***** EXTRACTED RECORDS
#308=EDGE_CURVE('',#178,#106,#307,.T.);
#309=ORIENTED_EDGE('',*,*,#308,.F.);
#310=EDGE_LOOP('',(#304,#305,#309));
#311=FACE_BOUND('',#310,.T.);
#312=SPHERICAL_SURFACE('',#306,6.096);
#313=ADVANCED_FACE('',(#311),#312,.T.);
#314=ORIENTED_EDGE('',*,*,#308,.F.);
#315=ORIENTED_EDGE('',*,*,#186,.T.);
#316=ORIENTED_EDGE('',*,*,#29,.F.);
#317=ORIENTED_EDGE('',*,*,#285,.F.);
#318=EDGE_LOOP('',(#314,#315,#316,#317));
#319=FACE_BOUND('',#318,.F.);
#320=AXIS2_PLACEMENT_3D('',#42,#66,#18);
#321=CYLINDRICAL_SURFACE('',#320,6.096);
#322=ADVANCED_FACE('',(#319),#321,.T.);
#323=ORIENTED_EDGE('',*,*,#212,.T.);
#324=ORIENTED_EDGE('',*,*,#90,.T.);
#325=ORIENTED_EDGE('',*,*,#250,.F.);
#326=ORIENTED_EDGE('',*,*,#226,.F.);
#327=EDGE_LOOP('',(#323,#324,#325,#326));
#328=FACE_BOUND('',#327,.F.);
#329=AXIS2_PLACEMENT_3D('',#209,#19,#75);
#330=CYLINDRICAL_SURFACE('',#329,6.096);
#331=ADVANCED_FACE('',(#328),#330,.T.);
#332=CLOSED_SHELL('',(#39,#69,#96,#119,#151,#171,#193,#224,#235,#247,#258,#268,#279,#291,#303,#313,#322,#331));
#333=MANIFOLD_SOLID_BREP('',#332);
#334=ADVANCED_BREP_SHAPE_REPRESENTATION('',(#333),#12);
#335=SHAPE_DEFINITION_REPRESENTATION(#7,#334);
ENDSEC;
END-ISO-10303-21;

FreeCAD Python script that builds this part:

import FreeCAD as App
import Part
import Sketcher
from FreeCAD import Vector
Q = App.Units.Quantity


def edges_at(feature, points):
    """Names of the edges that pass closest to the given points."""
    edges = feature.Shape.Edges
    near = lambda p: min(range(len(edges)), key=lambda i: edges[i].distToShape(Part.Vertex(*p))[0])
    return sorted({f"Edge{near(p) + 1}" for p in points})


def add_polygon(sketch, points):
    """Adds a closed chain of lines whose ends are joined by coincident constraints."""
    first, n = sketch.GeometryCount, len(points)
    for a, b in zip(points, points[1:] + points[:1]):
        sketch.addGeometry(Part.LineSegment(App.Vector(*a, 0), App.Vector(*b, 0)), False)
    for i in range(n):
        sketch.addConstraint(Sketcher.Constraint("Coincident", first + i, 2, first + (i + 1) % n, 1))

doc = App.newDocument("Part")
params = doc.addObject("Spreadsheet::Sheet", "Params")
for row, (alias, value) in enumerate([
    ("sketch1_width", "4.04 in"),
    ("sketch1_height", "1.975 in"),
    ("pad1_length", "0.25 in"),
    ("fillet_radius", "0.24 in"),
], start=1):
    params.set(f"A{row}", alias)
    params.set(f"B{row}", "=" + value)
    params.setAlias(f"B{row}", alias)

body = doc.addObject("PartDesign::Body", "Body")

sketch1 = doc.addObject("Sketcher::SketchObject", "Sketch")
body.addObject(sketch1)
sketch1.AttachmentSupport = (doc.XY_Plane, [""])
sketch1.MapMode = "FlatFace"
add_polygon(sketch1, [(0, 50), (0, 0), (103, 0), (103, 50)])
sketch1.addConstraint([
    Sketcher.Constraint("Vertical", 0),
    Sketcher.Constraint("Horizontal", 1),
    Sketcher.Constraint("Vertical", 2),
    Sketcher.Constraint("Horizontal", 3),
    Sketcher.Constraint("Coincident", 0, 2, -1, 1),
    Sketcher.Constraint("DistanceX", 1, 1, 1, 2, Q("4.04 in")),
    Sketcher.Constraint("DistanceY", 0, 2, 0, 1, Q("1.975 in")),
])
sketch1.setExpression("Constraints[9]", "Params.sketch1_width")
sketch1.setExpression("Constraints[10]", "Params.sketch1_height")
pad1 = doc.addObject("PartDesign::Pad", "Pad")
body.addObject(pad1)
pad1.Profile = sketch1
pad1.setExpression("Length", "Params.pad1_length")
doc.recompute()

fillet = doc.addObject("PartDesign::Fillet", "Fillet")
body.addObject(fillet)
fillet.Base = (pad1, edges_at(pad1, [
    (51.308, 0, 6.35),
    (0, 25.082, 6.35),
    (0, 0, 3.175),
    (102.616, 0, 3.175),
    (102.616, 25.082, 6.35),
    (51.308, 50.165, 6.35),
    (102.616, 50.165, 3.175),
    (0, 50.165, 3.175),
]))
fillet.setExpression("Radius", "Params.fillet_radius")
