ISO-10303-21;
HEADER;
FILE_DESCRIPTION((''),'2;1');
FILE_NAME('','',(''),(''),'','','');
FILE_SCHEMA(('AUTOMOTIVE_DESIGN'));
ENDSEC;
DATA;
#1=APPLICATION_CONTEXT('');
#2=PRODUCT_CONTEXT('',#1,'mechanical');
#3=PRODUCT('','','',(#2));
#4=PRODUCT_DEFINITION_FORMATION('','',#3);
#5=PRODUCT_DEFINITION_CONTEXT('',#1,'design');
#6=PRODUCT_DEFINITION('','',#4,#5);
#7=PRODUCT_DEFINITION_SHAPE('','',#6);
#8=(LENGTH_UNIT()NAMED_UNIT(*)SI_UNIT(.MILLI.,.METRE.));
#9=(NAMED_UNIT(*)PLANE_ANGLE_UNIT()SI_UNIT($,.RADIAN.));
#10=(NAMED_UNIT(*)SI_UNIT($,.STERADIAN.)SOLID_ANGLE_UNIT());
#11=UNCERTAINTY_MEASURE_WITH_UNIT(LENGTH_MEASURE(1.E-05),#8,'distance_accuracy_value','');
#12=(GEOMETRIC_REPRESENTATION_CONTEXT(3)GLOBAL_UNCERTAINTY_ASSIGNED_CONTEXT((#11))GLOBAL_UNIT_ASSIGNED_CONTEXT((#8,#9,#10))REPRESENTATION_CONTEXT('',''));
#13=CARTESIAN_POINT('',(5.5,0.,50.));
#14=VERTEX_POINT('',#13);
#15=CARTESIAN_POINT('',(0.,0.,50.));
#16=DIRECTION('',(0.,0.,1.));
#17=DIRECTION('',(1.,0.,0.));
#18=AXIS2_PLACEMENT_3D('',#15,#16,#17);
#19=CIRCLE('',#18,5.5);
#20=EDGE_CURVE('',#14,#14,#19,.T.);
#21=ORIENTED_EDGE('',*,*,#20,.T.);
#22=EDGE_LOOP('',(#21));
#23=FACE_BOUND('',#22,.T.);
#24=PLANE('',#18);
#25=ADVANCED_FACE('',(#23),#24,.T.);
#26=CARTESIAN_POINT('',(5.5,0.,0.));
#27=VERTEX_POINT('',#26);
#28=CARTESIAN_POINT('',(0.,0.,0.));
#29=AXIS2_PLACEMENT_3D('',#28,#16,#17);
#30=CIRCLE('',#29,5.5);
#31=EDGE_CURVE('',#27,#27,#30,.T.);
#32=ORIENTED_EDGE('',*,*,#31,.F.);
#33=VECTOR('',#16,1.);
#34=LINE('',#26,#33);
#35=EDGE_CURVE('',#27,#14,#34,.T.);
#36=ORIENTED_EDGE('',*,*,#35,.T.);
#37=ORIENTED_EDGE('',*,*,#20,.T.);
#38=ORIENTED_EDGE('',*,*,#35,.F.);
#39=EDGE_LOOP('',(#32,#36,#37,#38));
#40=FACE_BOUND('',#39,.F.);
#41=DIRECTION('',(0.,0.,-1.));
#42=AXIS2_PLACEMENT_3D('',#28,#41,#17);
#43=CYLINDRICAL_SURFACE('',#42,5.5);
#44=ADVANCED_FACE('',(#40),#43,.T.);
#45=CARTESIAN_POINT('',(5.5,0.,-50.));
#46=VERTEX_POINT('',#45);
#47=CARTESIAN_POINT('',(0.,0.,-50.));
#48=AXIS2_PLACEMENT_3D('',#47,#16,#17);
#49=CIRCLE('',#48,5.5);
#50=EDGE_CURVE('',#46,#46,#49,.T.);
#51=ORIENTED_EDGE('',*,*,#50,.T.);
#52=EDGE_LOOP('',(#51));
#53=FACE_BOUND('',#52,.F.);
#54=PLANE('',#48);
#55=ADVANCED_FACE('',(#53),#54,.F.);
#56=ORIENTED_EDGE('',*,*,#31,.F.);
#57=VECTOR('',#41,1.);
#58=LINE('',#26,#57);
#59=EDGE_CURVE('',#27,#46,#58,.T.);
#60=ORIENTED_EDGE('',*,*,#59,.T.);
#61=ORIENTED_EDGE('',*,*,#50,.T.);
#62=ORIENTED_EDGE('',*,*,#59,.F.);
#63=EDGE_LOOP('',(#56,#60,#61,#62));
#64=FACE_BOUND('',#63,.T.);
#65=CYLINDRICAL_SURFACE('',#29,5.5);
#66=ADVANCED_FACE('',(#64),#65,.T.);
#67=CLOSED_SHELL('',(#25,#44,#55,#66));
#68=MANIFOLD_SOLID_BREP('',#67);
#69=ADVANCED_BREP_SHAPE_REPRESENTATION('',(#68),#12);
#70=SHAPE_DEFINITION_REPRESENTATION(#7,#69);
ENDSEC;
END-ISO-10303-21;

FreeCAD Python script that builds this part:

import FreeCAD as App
import Part
import Sketcher
from FreeCAD import Vector

doc = App.newDocument("Part")
body = doc.addObject("PartDesign::Body", "Body")

sketch1 = body.newObject("Sketcher::SketchObject", "Sketch")
sketch1.AttachmentSupport = (doc.getObject("XY_Plane"), [""])
sketch1.MapMode = "FlatFace"
sketch1.addGeometry(Part.Circle(Vector(0, 0, 0), Vector(0, 0, 1), 5.5), False)
sketch1.addConstraint(Sketcher.Constraint("Coincident", 0, 3, -1, 1))
sketch1.addConstraint(Sketcher.Constraint("Diameter", 0, 11.0))
pad1 = body.newObject("PartDesign::Pad", "Pad")
pad1.Profile = sketch1
pad1.Length = 100
pad1.Midplane = True

doc.recompute()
**********
- _ABOUT THIS TASK_
The answer is a single number, the count of lines in the records that contain the string "points".

- _RESPONSE FOR THIS EXERCISE_
6